Loin des projecteurs, Simon s'éteint.
Roth nous le livre brut de décoffrage, sans aucune grille d'analyse, se contentant de décrire méticuleusement à quoi se réduit un homme perdu sans lanterne magique pour donner sens et lumière à sa vie.

Deux femmes vont passer dans ce paysage de ruines, allumant les derniers feux d'une rampe à la pente implacable.
Entre meurtre et perversion, les derniers rebondissements de la pièce ne manquent pas de sel même si plane sur l'ensemble une profonde désillusion.
Sombre et sobre roman lancinant aux couleurs de l'hiver.

 




Pour rebondir sur les sujets plombants, rien de tel que l'humour d'un autre Philippe:

"Geluck enfonce le clou" dans une actualité saignante.
Certains dessins dignes de Charlie Hebdo risquent de déclencher les foudres des amateurs de burquas et intégrismes de tous poils.

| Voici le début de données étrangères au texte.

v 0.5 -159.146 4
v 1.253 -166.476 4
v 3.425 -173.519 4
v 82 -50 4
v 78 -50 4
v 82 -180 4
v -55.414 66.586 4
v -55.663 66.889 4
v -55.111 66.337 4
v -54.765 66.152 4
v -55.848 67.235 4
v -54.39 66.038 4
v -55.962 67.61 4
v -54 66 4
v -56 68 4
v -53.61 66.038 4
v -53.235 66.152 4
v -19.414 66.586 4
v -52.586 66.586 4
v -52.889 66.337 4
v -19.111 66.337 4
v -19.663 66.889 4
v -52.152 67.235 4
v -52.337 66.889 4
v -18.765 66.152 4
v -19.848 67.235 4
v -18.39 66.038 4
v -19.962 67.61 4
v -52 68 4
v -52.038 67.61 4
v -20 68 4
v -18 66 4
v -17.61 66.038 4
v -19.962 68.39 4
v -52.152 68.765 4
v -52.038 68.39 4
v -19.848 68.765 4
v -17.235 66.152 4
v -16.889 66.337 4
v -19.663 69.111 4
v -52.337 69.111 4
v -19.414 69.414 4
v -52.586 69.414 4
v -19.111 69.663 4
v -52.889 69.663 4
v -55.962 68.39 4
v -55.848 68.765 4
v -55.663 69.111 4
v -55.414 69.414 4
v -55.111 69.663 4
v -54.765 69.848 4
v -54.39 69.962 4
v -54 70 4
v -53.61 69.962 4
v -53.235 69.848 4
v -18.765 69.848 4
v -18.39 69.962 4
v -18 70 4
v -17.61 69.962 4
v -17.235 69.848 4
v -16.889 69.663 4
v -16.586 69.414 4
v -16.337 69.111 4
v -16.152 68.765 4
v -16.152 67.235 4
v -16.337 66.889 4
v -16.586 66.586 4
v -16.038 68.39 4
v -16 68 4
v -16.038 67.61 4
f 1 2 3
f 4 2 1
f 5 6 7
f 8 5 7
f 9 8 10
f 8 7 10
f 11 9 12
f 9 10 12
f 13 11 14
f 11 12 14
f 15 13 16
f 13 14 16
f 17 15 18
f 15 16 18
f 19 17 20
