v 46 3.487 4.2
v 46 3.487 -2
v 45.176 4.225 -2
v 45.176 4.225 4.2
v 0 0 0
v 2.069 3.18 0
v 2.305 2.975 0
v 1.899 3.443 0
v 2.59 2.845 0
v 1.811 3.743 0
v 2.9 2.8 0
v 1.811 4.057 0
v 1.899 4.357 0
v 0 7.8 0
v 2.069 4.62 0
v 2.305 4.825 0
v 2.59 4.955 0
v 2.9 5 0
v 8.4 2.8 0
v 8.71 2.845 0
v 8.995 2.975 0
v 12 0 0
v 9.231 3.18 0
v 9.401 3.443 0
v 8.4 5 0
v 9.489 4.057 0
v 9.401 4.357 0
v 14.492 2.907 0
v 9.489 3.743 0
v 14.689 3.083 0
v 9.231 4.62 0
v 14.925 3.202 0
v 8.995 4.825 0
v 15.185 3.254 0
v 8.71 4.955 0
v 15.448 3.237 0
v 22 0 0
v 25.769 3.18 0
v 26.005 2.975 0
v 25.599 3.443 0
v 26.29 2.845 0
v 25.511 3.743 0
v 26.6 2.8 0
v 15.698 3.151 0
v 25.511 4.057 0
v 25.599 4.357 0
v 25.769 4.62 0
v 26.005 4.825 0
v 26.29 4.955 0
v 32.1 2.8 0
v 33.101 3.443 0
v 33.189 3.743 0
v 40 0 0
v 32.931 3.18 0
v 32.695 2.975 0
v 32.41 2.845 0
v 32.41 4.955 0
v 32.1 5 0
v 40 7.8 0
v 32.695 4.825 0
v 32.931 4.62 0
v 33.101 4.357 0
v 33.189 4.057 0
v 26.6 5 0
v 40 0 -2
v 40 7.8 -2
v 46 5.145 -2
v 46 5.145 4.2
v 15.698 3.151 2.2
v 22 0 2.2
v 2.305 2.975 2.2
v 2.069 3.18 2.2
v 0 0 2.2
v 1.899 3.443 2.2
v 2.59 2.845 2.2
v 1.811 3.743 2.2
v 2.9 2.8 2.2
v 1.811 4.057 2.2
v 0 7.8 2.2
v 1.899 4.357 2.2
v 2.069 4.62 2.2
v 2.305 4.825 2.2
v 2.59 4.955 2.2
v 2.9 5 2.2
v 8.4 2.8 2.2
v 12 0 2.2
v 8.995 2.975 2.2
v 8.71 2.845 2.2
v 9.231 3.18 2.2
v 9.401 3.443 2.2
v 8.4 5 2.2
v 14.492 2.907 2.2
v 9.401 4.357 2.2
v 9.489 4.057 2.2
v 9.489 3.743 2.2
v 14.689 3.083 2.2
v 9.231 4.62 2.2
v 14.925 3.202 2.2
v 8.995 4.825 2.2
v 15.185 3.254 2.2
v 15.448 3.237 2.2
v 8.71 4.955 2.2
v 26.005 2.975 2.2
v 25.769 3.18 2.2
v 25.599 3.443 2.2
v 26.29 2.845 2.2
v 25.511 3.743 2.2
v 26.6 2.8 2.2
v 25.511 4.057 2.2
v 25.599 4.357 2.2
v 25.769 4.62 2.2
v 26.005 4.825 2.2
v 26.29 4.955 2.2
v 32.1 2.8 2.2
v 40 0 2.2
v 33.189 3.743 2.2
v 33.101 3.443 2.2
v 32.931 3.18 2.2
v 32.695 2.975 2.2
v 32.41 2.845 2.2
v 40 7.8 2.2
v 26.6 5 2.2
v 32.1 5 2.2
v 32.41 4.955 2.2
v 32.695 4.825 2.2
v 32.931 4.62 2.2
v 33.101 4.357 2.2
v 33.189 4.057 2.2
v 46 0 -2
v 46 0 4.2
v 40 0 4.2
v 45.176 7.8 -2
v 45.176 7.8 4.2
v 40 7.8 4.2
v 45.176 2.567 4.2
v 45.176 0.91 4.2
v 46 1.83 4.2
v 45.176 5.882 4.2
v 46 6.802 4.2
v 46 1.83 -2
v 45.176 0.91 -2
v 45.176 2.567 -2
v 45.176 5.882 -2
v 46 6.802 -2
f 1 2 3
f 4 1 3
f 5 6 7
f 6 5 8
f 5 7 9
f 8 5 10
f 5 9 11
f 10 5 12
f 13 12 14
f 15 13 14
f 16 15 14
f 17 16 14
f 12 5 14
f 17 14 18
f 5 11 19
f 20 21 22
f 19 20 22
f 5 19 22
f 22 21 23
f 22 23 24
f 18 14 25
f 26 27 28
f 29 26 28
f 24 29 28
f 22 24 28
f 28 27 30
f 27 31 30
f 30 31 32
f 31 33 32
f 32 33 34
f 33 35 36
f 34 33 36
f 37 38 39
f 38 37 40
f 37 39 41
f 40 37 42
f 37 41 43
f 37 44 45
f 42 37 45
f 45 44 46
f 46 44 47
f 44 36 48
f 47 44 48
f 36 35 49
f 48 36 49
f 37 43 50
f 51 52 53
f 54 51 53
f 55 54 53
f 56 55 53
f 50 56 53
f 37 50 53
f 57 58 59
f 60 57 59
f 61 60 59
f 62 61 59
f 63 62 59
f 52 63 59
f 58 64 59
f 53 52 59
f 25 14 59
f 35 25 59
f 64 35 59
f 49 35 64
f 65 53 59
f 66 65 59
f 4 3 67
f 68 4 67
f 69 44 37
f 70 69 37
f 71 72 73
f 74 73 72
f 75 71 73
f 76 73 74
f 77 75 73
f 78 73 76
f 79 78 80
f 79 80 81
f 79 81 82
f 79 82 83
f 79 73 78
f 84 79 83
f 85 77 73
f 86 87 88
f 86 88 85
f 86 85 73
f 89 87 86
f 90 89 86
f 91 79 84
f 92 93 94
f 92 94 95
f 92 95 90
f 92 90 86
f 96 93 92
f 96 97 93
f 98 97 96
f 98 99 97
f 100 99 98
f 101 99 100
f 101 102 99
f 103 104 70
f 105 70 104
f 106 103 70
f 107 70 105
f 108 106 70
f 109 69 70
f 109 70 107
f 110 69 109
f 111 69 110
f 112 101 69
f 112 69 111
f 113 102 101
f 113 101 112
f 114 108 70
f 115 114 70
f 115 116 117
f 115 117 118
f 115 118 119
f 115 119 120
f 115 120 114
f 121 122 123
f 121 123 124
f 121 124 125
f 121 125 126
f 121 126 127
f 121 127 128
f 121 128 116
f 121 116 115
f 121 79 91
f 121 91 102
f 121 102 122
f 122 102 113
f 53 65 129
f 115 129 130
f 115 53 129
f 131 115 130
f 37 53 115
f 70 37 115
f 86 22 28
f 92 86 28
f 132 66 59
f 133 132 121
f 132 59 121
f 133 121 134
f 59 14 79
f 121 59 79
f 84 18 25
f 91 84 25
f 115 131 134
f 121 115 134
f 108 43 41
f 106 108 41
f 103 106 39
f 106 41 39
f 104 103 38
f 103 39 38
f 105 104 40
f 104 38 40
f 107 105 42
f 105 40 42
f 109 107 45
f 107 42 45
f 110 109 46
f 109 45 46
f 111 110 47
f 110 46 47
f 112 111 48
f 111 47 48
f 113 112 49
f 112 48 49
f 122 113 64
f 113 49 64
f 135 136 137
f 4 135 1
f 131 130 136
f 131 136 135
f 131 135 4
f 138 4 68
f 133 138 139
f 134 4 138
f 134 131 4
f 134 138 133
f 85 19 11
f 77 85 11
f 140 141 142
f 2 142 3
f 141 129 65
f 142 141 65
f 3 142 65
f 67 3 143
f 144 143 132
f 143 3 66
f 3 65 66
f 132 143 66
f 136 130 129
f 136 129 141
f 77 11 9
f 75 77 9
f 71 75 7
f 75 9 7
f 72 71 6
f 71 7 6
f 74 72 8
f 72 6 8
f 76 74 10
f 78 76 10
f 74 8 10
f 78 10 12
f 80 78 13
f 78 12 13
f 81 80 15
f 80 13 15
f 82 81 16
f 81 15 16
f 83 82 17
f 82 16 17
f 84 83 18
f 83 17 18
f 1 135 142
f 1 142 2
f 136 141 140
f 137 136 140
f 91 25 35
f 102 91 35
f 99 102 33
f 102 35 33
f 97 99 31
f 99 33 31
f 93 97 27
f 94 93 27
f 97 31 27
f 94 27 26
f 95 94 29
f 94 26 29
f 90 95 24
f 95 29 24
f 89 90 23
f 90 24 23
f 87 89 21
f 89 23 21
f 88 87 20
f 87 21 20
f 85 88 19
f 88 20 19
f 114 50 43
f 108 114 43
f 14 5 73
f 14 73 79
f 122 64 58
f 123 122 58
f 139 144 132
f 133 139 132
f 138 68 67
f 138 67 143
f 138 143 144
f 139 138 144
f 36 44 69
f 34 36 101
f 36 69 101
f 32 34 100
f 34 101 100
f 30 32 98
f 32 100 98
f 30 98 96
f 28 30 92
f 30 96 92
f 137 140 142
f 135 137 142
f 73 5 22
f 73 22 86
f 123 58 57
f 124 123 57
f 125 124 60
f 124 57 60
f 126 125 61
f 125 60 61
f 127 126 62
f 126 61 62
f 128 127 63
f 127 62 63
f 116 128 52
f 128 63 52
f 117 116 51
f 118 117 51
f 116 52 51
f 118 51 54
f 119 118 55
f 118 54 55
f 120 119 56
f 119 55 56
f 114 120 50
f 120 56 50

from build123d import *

# Parameters (mm, degrees)
F0_W      = 40
F0_H      = 7.8
F1_DEPTH  = 2.2
F2_W      = 7.8
F2_H      = 6.2
F3_DEPTH  = 6
F5_DEPTH  = 25
F7_DEPTH  = 25
F8_R      = 1
F10_DEPTH = 25
F12_DEPTH = 25


with BuildPart() as f1:
    # F0 (on Top) → F1 (new body)
    with BuildSketch(Plane.XY):
        with Locations((20, 3.9)):
            Rectangle(F0_W, F0_H)
    extrude(amount=F1_DEPTH)

    # F2 (on face) → F3 (join)
    with BuildSketch(Plane.YZ.offset(40)):
        with Locations((3.9, 1.1)):
            Rectangle(F2_W, F2_H)
    extrude(amount=F3_DEPTH)

    # F4 (on face) → F5 (cut)
    with BuildSketch(Plane(origin=(0, 0, -2), x_dir=(1, 0, 0), z_dir=(0, 0, -1))):
        Polygon((46, -1.829873), (46, 0), (45.176316, -0.90971), align=None)
        Polygon((46, -7.8), (46, -6.802324), (45.176316, -7.8), align=None)
        Polygon((46, -6.802324), (46, -5.144841), (45.176316, -5.882161), align=None)
        Polygon((46, -5.144841), (46, -3.487357), (45.176316, -4.224677), align=None)
        Polygon((46, -3.487357), (46, -1.829873), (45.176316, -2.567193), align=None)
    extrude(amount=-F5_DEPTH, mode=Mode.SUBTRACT)

    # F6 (on face) → F7 (cut)
    with BuildSketch(Plane(origin=(0, 0, 0), x_dir=(1, 0, 0), z_dir=(0, 0, -1))):
        Polygon((12, 0), (15, -3.5), (22, 0), align=None)
    extrude(amount=-F7_DEPTH, mode=Mode.SUBTRACT)

    # F8
    f8_edges = [f1.edges().sort_by_distance(p)[0] for p in [
        (15, 3.5, 1.1),
    ]]
    fillet(f8_edges, radius=F8_R)

    # F9 (on face) → F10 (cut)
    with BuildSketch(Plane(origin=(0, 0, 0), x_dir=(1, 0, 0), z_dir=(0, 0, -1))):
        with BuildLine():
            Line((8.4, -2.8), (2.9, -2.8))
            ThreePointArc((2.9, -2.8), (1.8, -3.9), (2.9, -5))
            Line((2.9, -5), (8.4, -5))
            ThreePointArc((8.4, -5), (9.5, -3.9), (8.4, -2.8))
        make_face()
    extrude(amount=-F10_DEPTH, mode=Mode.SUBTRACT)

    # F11 (on face) → F12 (cut)
    with BuildSketch(Plane(origin=(0, 0, 0), x_dir=(1, 0, 0), z_dir=(0, 0, -1))):
        with BuildLine():
            Line((32.1, -2.8), (26.6, -2.8))
            ThreePointArc((26.6, -2.8), (25.5, -3.9), (26.6, -5))
            Line((26.6, -5), (32.1, -5))
            ThreePointArc((32.1, -5), (33.2, -3.9), (32.1, -2.8))
        make_face()
    extrude(amount=-F12_DEPTH, mode=Mode.SUBTRACT)


solid = f1.part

L'homme arrose au vitriol extrémismes religieux, pédophiles et machos, le tout saupoudré de textes d'humour qu'il qualifie lui-même de "crétin" et autres dessins rafraîchissants (irrésistible gravure d'un troupeau de daims aux grandes oreilles auxquels il demande s'il connaît le Prince Charles...)


Pas un chat ici, si ce n'est en couverture!
Un livre à déguster par petites bouchées, sorte de fourre-tout qui ne manque pas de piquant.



En résumé, des oeuvres singulières, contrastées, aux arômes puissants et fauves: l'automne en littérature.